Liu Jie, Pan Jing-chang, Luo A-li, Wei Peng, Liu Meng
Guang Pu Xue Yu Guang Pu Fen Xi. 2015 Dec;35(12):3524-8.
Distance metric is an important issue for the spectroscopic survey data processing, which defines a calculation method of the distance between two different spectra. Based on this, the classification, clustering, parameter measurement and outlier data mining of spectral data can be carried out. Therefore, the distance measurement method has some effect on the performance of the classification, clustering, parameter measurement and outlier data mining. With the development of large-scale stellar spectral sky surveys, how to define more efficient distance metric on stellar spectra has become a very important issue in the spectral data processing. Based on this problem and fully considering of the characteristics and data features of the stellar spectra, a new distance measurement method of stellar spectra named Residual Distribution Distance is proposed. While using this method to measure the distance, the two spectra are firstly scaled and then the standard deviation of the residual is used the distance. Different from the traditional distance metric calculation methods of stellar spectra, when used to calculate the distance between stellar spectra, this method normalize the two spectra to the same scale, and then calculate the residual corresponding to the same wavelength, and the standard error of the residual spectrum is used as the distance measure. The distance measurement method can be used for stellar classification, clustering and stellar atmospheric physical parameters measurement and so on. This paper takes stellar subcategory classification as an example to test the distance measure method. The results show that the distance defined by the proposed method is more effective to describe the gap between different types of spectra in the classification than other methods, which can be well applied in other related applications. At the same time, this paper also studies the effect of the signal to noise ratio (SNR) on the performance of the proposed method. The result show that the distance is affected by the SNR. The smaller the signal-to-noise ratio is, the greater impact is on the distance; While SNR is larger than 10, the signal-to-noise ratio has little effect on the performance for the classification.
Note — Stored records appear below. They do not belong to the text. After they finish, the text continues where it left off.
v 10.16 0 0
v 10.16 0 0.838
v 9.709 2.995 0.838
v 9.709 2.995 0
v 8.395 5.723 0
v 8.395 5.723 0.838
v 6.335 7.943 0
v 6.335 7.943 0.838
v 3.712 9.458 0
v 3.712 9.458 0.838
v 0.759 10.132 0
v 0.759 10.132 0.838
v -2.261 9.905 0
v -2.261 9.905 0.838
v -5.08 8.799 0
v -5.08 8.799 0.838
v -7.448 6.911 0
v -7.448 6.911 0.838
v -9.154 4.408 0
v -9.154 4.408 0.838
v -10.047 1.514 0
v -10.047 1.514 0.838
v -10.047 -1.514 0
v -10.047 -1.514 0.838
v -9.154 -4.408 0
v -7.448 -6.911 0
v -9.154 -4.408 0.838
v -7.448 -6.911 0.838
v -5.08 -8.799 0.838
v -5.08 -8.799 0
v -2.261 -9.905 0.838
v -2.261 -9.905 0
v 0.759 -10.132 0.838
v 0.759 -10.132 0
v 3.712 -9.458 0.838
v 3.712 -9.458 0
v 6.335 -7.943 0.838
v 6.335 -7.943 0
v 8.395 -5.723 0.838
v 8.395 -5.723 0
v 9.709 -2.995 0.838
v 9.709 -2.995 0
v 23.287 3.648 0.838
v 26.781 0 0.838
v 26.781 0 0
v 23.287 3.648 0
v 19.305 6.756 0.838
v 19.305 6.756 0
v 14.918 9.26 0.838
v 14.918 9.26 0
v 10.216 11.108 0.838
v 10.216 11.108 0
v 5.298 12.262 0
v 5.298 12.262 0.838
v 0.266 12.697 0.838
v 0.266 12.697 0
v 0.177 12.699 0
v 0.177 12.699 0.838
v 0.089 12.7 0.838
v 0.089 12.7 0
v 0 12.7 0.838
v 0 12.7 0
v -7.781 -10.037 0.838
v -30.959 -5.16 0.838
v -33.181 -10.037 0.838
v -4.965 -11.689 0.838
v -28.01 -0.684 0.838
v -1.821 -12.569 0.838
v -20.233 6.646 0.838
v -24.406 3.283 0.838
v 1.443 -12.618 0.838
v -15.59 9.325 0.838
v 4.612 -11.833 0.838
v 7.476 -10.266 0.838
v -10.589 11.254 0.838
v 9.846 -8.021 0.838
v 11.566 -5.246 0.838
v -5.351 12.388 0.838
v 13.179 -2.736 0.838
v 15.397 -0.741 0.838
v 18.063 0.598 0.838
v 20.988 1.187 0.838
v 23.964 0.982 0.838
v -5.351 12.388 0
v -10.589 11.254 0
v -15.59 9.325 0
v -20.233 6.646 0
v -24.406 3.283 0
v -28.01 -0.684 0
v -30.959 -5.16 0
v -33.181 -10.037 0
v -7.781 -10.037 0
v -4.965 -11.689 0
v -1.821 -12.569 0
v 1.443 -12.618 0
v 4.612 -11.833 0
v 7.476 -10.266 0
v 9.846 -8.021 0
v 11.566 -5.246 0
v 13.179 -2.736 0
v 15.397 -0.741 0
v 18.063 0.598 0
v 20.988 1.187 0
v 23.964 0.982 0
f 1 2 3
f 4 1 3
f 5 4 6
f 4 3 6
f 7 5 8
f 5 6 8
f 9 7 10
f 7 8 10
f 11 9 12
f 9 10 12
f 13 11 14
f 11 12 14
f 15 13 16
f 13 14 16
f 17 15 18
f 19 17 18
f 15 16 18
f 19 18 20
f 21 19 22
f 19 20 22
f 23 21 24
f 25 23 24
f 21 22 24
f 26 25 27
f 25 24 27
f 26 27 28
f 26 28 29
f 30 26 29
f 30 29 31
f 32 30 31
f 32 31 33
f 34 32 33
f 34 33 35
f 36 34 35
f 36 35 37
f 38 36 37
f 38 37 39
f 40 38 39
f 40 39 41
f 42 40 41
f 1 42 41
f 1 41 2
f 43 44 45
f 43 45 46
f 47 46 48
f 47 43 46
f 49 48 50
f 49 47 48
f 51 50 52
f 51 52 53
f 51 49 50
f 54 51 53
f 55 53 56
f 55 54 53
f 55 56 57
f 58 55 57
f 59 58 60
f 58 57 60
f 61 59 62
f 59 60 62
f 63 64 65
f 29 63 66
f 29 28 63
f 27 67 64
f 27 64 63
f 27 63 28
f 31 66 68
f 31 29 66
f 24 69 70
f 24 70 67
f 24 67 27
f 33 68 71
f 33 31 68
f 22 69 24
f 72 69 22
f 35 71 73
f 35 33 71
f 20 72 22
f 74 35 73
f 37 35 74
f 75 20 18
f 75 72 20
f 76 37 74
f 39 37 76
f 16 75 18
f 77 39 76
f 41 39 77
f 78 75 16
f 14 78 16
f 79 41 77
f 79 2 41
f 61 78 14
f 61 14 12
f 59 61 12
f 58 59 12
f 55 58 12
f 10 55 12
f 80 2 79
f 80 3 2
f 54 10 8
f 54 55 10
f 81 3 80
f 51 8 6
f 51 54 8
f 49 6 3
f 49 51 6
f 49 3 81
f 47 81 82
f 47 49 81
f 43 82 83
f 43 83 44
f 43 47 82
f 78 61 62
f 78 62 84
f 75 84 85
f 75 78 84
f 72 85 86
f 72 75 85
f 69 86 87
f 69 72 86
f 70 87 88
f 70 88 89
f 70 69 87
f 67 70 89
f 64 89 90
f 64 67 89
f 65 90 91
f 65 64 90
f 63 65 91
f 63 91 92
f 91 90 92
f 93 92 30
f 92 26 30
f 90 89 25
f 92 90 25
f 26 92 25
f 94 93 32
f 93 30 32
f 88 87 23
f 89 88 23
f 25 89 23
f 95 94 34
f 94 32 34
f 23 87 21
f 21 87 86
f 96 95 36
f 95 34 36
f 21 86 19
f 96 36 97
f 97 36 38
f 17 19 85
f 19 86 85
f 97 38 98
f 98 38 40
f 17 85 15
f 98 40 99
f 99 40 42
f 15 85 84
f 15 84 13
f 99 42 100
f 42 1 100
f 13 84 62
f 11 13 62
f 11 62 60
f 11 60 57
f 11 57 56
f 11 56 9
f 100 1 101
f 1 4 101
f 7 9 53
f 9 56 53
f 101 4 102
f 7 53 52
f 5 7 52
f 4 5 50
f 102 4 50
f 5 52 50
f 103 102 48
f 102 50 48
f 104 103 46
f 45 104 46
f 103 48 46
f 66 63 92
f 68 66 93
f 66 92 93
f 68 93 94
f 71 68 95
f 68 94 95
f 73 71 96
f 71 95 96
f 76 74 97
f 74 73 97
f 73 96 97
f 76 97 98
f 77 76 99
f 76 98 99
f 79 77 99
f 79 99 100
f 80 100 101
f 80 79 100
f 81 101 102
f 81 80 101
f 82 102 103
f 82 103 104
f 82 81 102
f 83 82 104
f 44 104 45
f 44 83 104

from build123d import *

# Parameters (mm, degrees)
F0_R     = 12.7
F1_DEPTH = 0.8382
F3_R     = 10.1600000635
F4_DEPTH = 18.288
F5_DEPTH = 0.8382
F7_DEPTH = 0.8382


# Not quite as in the source:
# - a feature of the source that left no trace in its solid (it failed there, or was rolled back) is left out


with BuildPart() as f1:
    # F0 (on Top) → F1 (new body)
    with BuildSketch(Plane.XY):
        Circle(F0_R)
    extrude(amount=F1_DEPTH)

    # F3 (on face) → F4 (cut)
    with BuildSketch(Plane.XY.offset(0.8382)):
        Circle(F3_R)
    extrude(amount=-F4_DEPTH, mode=Mode.SUBTRACT)

    # F2 (on face) → F5 (join)
    with BuildSketch(Plane.XY.offset(0.8382)):
        with BuildLine():
            Line((-33.1810780452, -10.0371721343), (-7.7810780452, -10.0371721343))
            ThreePointArc((-7.7810780452, -10.0371721343), (-12.0158663047, 4.1120502121), (0, 12.7))
            ThreePointArc((0, 12.7), (-20.2325604445, 6.6463315632), (-33.1810780452, -10.0371721343))
        make_face()
    extrude(amount=-F5_DEPTH)

    # F6 (on face) → F7 (join)
    with BuildSketch(Plane.XY.offset(0.8382)):
        with BuildLine():
            ThreePointArc((11.5657650484, -5.2462442609), (18.062719128, 0.5983562843), (26.7811901867, 0))
            ThreePointArc((26.7811901867, 0), (14.9176093432, 9.260079703), (0.265657769, 12.6972211901))
            ThreePointArc((0.265657769, 12.6972211901), (10.7465170902, 6.7677448556), (11.5657650484, -5.2462442609))
        make_face()
    extrude(amount=-F7_DEPTH)


solid = f1.part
距离度量是光谱巡天数据处理中的一个重要问题,它定义了两种不同光谱之间距离的计算方法。基于此,可以对光谱数据进行分类、聚类、参数测量和异常数据挖掘。因此,距离测量方法对分类、聚类、参数测量和异常数据挖掘的性能有一定影响。随着大规模恒星光谱巡天的发展,如何在恒星光谱上定义更有效的距离度量已成为光谱数据处理中一个非常重要的问题。基于这个问题并充分考虑恒星光谱的特征和数据特性,提出了一种名为残差分布距离的恒星光谱距离测量新方法。使用该方法测量距离时,首先对两种光谱进行缩放,然后将残差的标准差用作距离。与传统的恒星光谱距离度量计算方法不同,该方法在计算恒星光谱之间的距离时,将两种光谱归一化到相同尺度,然后计算相同波长对应的残差,并将残差光谱的标准误差用作距离度量。该距离测量方法可用于恒星分类、聚类和恒星大气物理参数测量等。本文以恒星子类分类为例来测试该距离测量方法。结果表明,所提方法定义的距离在分类中比其他方法更有效地描述了不同类型光谱之间的差距,可很好地应用于其他相关应用中。同时,本文还研究了信噪比(SNR)对所提方法性能的影响。结果表明,距离受信噪比影响。信噪比越小,对距离的影响越大;而当信噪比大于10时,信噪比对分类性能的影响很小。